» **TASK**
Beginning with the first line of the data below, extract each line up to and including the one containing "f 287 29 288". Copy them exactly and add nothing.

ENTRIES SHOWN: Begin

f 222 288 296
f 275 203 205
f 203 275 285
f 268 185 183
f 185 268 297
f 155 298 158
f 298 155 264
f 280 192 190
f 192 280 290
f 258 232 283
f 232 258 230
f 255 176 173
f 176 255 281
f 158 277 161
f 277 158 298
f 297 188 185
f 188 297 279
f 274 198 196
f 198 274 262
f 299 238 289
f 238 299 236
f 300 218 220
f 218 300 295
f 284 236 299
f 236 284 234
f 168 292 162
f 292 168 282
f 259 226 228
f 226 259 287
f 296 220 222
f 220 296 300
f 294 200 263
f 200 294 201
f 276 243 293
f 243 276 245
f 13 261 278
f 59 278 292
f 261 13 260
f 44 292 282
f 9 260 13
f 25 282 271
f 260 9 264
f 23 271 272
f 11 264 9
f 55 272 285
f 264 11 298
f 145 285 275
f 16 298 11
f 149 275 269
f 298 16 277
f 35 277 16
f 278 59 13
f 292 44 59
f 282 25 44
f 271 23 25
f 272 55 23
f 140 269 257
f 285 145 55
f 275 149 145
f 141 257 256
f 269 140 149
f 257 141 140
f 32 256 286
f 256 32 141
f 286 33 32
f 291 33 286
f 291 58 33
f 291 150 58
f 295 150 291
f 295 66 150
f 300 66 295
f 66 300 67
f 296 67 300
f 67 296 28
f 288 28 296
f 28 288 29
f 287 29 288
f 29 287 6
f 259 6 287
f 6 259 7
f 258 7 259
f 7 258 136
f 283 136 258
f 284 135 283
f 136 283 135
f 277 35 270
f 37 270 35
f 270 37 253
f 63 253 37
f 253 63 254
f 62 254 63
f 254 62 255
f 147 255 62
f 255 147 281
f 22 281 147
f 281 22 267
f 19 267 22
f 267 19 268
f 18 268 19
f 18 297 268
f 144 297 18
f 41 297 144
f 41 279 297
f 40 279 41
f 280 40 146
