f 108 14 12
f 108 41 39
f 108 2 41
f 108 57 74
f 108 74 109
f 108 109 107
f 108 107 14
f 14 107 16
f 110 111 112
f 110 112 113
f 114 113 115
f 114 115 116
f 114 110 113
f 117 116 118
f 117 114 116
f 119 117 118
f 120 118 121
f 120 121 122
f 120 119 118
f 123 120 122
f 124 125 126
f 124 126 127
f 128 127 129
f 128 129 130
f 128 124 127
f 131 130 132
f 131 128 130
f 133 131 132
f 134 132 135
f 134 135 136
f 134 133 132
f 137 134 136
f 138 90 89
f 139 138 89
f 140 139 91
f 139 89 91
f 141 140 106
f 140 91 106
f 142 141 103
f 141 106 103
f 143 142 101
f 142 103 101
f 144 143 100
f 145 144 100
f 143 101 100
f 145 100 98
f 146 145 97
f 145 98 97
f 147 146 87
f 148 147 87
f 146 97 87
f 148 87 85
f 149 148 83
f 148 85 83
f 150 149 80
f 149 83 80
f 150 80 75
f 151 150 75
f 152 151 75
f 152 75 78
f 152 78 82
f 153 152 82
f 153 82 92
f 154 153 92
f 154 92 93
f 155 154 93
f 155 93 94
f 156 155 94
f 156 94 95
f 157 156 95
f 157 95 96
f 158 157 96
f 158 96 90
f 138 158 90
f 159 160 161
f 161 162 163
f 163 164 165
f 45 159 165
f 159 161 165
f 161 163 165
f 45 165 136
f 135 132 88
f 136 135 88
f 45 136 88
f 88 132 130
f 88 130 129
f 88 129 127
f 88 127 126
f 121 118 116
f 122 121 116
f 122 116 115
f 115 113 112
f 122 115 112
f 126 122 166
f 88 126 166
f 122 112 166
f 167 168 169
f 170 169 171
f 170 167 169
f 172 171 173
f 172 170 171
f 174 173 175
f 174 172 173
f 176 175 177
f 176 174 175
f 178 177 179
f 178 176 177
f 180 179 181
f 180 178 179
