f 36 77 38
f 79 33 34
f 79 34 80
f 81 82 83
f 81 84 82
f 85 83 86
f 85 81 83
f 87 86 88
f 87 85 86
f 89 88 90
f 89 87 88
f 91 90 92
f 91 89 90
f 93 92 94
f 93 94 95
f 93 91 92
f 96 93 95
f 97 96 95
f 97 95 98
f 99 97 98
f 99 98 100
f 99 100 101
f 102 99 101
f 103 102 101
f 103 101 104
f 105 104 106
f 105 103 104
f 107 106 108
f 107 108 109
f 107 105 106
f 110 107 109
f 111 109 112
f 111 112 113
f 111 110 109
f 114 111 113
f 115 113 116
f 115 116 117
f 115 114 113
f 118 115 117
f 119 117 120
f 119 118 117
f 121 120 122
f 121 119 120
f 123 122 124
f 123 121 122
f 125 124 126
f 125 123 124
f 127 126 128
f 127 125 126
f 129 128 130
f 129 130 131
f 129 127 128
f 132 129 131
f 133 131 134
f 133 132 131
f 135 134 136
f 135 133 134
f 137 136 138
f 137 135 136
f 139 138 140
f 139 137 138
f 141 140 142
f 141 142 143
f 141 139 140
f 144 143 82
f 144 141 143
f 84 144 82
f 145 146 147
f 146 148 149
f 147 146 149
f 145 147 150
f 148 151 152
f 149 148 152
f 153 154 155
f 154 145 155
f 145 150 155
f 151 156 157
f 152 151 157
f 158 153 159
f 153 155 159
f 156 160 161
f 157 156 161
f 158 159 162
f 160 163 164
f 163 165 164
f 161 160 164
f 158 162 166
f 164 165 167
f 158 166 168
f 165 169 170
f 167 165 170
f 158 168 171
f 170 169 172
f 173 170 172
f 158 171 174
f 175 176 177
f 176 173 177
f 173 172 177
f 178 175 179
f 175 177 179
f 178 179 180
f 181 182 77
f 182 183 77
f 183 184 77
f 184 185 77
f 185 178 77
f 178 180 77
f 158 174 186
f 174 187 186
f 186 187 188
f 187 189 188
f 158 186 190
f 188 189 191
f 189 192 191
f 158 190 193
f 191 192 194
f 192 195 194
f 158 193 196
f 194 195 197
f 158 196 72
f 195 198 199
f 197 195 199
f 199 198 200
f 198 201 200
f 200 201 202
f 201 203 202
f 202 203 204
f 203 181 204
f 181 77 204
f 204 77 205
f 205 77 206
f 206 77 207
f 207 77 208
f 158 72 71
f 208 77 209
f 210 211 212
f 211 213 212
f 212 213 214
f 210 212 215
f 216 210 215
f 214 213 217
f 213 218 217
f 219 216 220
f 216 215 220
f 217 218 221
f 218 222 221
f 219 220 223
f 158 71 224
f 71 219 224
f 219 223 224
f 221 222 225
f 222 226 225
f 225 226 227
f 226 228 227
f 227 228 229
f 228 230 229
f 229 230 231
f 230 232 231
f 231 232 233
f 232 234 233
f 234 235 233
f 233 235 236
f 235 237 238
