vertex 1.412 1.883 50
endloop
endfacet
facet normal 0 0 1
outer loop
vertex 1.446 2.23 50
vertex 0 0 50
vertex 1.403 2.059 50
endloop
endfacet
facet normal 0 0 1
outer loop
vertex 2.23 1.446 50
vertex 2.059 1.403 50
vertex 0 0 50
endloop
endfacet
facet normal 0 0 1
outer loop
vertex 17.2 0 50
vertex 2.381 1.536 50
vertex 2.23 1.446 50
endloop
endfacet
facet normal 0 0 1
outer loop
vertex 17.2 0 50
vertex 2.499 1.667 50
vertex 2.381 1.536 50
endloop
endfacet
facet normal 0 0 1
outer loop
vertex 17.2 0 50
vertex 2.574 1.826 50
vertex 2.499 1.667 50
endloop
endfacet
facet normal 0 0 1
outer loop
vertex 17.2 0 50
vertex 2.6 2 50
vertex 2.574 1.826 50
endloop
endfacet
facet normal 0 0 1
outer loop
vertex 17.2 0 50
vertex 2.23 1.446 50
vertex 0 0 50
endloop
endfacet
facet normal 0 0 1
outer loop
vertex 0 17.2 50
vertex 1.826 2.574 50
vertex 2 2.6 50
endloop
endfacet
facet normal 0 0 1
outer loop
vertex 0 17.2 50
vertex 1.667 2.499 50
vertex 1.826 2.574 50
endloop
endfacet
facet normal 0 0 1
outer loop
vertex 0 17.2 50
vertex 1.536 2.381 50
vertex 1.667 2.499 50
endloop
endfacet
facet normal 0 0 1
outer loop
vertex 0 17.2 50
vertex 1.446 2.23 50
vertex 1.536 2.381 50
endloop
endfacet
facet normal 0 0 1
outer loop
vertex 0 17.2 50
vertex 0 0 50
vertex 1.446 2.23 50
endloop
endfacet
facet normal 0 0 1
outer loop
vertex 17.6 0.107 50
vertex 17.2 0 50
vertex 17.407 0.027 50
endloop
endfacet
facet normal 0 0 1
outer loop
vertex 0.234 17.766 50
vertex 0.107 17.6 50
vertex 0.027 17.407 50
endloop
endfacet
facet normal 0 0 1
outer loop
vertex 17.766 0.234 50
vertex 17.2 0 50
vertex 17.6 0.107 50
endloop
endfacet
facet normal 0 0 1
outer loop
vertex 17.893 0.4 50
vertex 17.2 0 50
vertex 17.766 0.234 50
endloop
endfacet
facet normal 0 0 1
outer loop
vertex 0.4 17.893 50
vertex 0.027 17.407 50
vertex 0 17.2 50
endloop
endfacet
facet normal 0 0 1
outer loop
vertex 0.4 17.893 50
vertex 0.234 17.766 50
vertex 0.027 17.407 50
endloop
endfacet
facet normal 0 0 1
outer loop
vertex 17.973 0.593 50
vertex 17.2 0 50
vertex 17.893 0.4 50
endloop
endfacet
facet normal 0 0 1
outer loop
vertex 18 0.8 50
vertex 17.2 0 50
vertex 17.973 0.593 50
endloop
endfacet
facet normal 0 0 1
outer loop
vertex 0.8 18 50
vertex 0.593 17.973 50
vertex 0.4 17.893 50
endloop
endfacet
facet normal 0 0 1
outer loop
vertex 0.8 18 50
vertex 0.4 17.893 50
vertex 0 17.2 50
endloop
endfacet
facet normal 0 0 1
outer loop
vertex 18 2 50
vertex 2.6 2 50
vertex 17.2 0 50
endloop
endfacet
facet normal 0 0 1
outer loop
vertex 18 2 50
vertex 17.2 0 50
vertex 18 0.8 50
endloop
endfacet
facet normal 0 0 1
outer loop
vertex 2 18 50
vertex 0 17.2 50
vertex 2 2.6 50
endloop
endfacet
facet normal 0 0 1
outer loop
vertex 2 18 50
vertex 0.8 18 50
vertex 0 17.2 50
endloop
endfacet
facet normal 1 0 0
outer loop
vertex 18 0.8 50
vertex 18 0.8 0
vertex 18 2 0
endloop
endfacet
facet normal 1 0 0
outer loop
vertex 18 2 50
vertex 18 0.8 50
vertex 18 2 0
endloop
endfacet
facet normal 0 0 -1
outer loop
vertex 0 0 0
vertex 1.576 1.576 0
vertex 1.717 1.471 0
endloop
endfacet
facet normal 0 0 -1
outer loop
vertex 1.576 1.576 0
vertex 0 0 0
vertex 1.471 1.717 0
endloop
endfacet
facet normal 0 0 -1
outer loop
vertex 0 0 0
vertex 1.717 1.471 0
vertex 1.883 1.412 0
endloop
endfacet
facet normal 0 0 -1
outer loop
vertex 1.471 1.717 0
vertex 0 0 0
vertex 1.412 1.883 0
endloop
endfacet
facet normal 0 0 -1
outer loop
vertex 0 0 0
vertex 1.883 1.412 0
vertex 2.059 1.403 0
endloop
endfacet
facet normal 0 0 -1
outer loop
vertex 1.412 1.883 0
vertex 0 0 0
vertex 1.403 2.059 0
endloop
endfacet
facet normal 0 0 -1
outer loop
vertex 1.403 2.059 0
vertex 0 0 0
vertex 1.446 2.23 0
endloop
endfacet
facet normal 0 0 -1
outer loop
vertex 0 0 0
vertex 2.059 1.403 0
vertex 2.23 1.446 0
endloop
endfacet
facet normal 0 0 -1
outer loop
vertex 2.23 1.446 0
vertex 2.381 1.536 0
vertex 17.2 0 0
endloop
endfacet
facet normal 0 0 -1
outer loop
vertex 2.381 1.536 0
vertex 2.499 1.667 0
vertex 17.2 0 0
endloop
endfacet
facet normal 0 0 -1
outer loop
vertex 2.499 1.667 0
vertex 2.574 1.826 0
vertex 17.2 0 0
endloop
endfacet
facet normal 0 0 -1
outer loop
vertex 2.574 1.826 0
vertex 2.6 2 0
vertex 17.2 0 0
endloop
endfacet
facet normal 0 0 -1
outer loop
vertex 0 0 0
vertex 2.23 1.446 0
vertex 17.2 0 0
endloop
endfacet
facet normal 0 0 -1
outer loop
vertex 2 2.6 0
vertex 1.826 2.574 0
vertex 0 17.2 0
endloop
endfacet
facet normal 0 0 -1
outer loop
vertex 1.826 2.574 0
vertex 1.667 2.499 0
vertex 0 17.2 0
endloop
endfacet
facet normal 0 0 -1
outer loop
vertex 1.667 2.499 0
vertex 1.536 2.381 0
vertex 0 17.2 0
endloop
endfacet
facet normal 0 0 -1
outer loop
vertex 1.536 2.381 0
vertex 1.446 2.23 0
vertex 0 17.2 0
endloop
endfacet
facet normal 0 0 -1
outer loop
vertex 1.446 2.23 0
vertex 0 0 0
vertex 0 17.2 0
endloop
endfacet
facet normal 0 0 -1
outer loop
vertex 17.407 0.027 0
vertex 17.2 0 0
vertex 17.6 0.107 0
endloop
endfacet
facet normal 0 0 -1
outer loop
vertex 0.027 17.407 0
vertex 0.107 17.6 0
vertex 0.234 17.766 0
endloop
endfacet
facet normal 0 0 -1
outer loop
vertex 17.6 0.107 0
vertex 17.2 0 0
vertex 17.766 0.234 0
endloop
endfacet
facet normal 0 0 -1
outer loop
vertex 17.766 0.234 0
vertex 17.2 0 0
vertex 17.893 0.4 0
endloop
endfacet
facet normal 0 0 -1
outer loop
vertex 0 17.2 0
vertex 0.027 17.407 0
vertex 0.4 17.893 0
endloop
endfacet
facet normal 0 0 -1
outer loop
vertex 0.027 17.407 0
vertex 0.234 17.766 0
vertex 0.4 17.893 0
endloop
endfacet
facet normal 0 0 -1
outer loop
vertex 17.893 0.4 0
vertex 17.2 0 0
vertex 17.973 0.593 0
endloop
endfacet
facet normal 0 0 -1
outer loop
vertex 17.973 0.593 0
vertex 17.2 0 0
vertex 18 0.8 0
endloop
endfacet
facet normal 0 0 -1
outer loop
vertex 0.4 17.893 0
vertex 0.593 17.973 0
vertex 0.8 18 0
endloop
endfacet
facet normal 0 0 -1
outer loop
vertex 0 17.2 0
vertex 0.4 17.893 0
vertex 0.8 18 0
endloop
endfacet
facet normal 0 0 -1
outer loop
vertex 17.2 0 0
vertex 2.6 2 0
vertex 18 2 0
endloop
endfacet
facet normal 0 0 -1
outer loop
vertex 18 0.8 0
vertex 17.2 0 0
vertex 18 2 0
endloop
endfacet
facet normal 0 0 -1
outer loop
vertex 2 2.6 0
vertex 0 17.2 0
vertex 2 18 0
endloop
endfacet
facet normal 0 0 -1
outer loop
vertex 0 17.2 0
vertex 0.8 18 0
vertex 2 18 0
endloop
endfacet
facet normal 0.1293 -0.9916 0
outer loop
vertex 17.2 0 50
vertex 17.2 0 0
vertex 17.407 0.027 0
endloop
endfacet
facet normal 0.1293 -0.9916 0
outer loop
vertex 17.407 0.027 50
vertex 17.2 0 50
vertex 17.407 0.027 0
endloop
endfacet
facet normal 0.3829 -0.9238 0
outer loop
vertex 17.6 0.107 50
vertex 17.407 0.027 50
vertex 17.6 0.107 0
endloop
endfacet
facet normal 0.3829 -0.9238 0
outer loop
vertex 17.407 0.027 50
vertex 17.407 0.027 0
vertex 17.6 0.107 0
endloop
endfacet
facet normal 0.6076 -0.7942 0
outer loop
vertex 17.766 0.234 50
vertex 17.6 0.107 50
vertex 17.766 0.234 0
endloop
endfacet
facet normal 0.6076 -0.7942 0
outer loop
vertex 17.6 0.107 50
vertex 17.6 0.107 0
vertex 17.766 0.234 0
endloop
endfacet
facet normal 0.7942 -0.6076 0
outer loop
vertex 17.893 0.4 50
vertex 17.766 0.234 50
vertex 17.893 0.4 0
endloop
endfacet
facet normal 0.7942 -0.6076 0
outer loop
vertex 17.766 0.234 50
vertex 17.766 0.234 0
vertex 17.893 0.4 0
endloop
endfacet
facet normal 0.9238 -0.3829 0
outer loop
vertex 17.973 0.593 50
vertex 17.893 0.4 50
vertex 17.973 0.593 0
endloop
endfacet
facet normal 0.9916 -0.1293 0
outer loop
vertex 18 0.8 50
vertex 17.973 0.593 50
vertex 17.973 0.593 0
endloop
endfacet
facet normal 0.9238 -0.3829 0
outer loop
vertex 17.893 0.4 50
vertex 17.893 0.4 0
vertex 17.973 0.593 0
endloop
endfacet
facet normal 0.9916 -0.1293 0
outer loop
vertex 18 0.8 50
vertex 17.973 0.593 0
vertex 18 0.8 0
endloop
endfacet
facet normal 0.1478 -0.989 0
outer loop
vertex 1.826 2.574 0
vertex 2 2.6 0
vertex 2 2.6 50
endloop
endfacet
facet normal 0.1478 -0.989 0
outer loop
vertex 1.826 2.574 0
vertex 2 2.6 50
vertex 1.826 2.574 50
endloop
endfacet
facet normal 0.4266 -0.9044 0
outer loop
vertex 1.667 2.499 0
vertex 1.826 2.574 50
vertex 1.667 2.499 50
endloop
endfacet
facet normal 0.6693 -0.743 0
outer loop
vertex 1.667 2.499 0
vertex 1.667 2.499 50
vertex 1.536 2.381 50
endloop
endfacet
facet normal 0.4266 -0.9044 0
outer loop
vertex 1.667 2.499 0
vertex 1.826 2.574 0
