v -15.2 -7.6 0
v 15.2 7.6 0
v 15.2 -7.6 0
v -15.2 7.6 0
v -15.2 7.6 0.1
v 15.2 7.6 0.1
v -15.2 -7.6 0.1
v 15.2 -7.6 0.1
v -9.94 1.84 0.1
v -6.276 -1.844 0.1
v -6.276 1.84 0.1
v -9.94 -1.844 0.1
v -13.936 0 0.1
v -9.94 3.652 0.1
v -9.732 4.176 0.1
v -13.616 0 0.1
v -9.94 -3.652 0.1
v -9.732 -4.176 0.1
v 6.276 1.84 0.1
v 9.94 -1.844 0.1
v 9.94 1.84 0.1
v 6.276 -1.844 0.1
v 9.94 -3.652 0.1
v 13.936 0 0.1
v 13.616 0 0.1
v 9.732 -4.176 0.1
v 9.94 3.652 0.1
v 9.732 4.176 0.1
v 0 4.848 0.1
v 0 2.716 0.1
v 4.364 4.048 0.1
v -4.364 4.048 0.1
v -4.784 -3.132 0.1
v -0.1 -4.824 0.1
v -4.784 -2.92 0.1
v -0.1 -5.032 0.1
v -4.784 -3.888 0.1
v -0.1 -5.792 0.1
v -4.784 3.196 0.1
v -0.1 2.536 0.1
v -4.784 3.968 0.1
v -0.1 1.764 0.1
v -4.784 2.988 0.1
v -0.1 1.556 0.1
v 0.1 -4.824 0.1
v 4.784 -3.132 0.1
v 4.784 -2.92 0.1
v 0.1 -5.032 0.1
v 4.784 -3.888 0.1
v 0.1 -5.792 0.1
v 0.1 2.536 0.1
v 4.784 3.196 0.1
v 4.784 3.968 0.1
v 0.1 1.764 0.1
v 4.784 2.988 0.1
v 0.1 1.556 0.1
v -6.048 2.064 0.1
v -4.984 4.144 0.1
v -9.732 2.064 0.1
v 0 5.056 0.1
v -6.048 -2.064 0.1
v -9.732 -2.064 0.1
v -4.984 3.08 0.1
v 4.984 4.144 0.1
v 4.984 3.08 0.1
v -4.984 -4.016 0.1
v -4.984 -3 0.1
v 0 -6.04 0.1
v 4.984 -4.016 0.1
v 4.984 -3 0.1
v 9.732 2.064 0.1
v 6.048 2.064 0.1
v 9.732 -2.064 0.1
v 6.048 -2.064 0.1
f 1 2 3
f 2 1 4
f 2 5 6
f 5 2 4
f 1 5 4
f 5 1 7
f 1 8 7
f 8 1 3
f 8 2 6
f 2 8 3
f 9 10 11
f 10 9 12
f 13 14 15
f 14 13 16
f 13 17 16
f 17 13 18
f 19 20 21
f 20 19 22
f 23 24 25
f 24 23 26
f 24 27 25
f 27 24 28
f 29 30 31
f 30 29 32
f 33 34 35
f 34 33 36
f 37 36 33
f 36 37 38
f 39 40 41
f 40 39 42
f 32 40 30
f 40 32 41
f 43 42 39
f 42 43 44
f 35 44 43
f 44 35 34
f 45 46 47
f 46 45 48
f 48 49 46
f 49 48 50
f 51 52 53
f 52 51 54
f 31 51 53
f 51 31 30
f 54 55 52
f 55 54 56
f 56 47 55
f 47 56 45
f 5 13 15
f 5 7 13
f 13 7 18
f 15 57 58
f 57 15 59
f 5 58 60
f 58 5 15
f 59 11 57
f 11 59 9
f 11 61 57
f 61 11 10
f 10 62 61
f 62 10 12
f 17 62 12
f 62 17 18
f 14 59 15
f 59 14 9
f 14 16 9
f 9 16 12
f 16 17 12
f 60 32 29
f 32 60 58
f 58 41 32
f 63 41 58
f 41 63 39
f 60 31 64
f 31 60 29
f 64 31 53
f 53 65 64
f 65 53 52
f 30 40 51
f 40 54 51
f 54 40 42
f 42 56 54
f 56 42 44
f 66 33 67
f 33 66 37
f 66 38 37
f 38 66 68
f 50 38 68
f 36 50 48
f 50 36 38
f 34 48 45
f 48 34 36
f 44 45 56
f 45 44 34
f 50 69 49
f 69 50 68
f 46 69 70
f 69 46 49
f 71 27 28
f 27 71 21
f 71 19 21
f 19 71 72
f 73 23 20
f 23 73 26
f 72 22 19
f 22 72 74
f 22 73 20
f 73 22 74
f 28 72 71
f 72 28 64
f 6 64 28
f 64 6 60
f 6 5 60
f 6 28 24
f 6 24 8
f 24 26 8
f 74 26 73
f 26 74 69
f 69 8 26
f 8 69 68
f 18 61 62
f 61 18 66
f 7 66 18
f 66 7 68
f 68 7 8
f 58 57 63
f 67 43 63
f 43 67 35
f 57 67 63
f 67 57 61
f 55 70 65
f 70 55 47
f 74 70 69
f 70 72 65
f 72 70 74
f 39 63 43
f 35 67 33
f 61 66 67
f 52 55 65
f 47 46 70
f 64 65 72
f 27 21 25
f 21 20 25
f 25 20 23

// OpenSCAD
// file: ../p/box5-12.scad
use <../lib.scad>
function ldraw_lib__box5_12() = [
// 0 Box with 5 Faces without Any Edges
// 0 Name: box5-12.dat
// 0 Author: Chris Dee [cwdee]
// 0 !LDRAW_ORG Primitive UPDATE 2009-02
// 0 !LICENSE Licensed under CC BY 2.0 and CC BY 4.0 : see CAreadme.txt
// 
// 0 BFC CERTIFY CCW
  [0,"BFC","CERTIFY"],
  [0,"BFC","CCW"],
// 
// 0 !HISTORY 2009-09-03 [PTadmin] Official Update 2009-02
// 
// 
// 4 16 1 1 1 1 1 -1 -1 1 -1 -1 1 1
  [4,16,1,1,1,1,1,-1,-1,1,-1,-1,1,1],
// 4 16 -1 0 1 1 0 1 1 1 1 -1 1 1
  [4,16,-1,0,1,1,0,1,1,1,1,-1,1,1],
// 4 16 -1 0 -1 -1 0 1 -1 1 1 -1 1 -1
  [4,16,-1,0,-1,-1,0,1,-1,1,1,-1,1,-1],
// 4 16 1 0 -1 -1 0 -1 -1 1 -1 1 1 -1
  [4,16,1,0,-1,-1,0,-1,-1,1,-1,1,1,-1],
// 4 16 1 0 1 1 0 -1 1 1 -1 1 1 1
  [4,16,1,0,1,1,0,-1,1,1,-1,1,1,1],
// 0
];
makepoly(ldraw_lib__box5_12(), line=0.2);
// main file
use <../lib.scad>
use <../p/box5-12.scad>
function ldraw_lib__190145a() = [
// 0 Sticker  1.9 x  3.8 with Yellow Box and Arrows
// 0 Name: 190145a.dat
// 0 Author: Rafael Skibicki [Rola]
// 0 !LDRAW_ORG Part UPDATE 2012-03
// 0 !LICENSE Licensed under CC BY 2.0 and CC BY 4.0 : see CAreadme.txt
// 
// 0 BFC CERTIFY CCW
  [0,"BFC","CERTIFY"],
  [0,"BFC","CCW"],
// 
// 0 !KEYWORDS Cargo, container, Crane, set 6361, town, Trains
// 
// 0 !HISTORY 2012-08-01 [MagFors] BFC'd, removed t-junctions
// 0 !HISTORY 2012-11-22 [MMR1988] removed '0' at file end.
// 0 !HISTORY 2012-12-28 [PTadmin] Official Update 2012-03
// 
// 
// 1 16 0 -0.25 0 38 0 0 0 0.25 0 0 0 19 box5-12.dat
  [1,16,0,-0.25,0,38,0,0,0,0.25,0,0,0,19, ldraw_lib__box5_12()],
// 4 14 -15.69 -0.25 -4.61 -15.69 -0.25 4.6 -24.85 -0.25 4.6 -24.85 -0.25 -4.61
  [4,14,-15.69,-0.25,-4.61,-15.69,-0.25,4.6,-24.85,-0.25,4.6,-24.85,-0.25,-4.61],
// 4 0 -34.04 -0.25 0 -24.85 -0.25 9.13 -24.33 -0.25 10.44 -34.84 -0.25 0
  [4,0,-34.04,-0.25,0,-24.85,-0.25,9.13,-24.33,-0.25,10.44,-34.84,-0.25,0],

ENTRIES SHOWN: End

» **COMPLETED EXERCISE**
f 222 288 296
f 275 203 205
f 203 275 285
f 268 185 183
f 185 268 297
f 155 298 158
f 298 155 264
f 280 192 190
f 192 280 290
f 258 232 283
f 232 258 230
f 255 176 173
f 176 255 281
f 158 277 161
f 277 158 298
f 297 188 185
f 188 297 279
f 274 198 196
f 198 274 262
f 299 238 289
f 238 299 236
f 300 218 220
f 218 300 295
f 284 236 299
f 236 284 234
f 168 292 162
f 292 168 282
f 259 226 228
f 226 259 287
f 296 220 222
f 220 296 300
f 294 200 263
f 200 294 201
f 276 243 293
f 243 276 245
f 13 261 278
f 59 278 292
f 261 13 260
f 44 292 282
f 9 260 13
f 25 282 271
f 260 9 264
f 23 271 272
f 11 264 9
f 55 272 285
f 264 11 298
f 145 285 275
f 16 298 11
f 149 275 269
f 298 16 277
f 35 277 16
f 278 59 13
f 292 44 59
f 282 25 44
f 271 23 25
f 272 55 23
f 140 269 257
f 285 145 55
f 275 149 145
f 141 257 256
f 269 140 149
f 257 141 140
f 32 256 286
f 256 32 141
f 286 33 32
f 291 33 286
f 291 58 33
f 291 150 58
f 295 150 291
f 295 66 150
f 300 66 295
f 66 300 67
f 296 67 300
f 67 296 28
f 288 28 296
f 28 288 29
f 287 29 288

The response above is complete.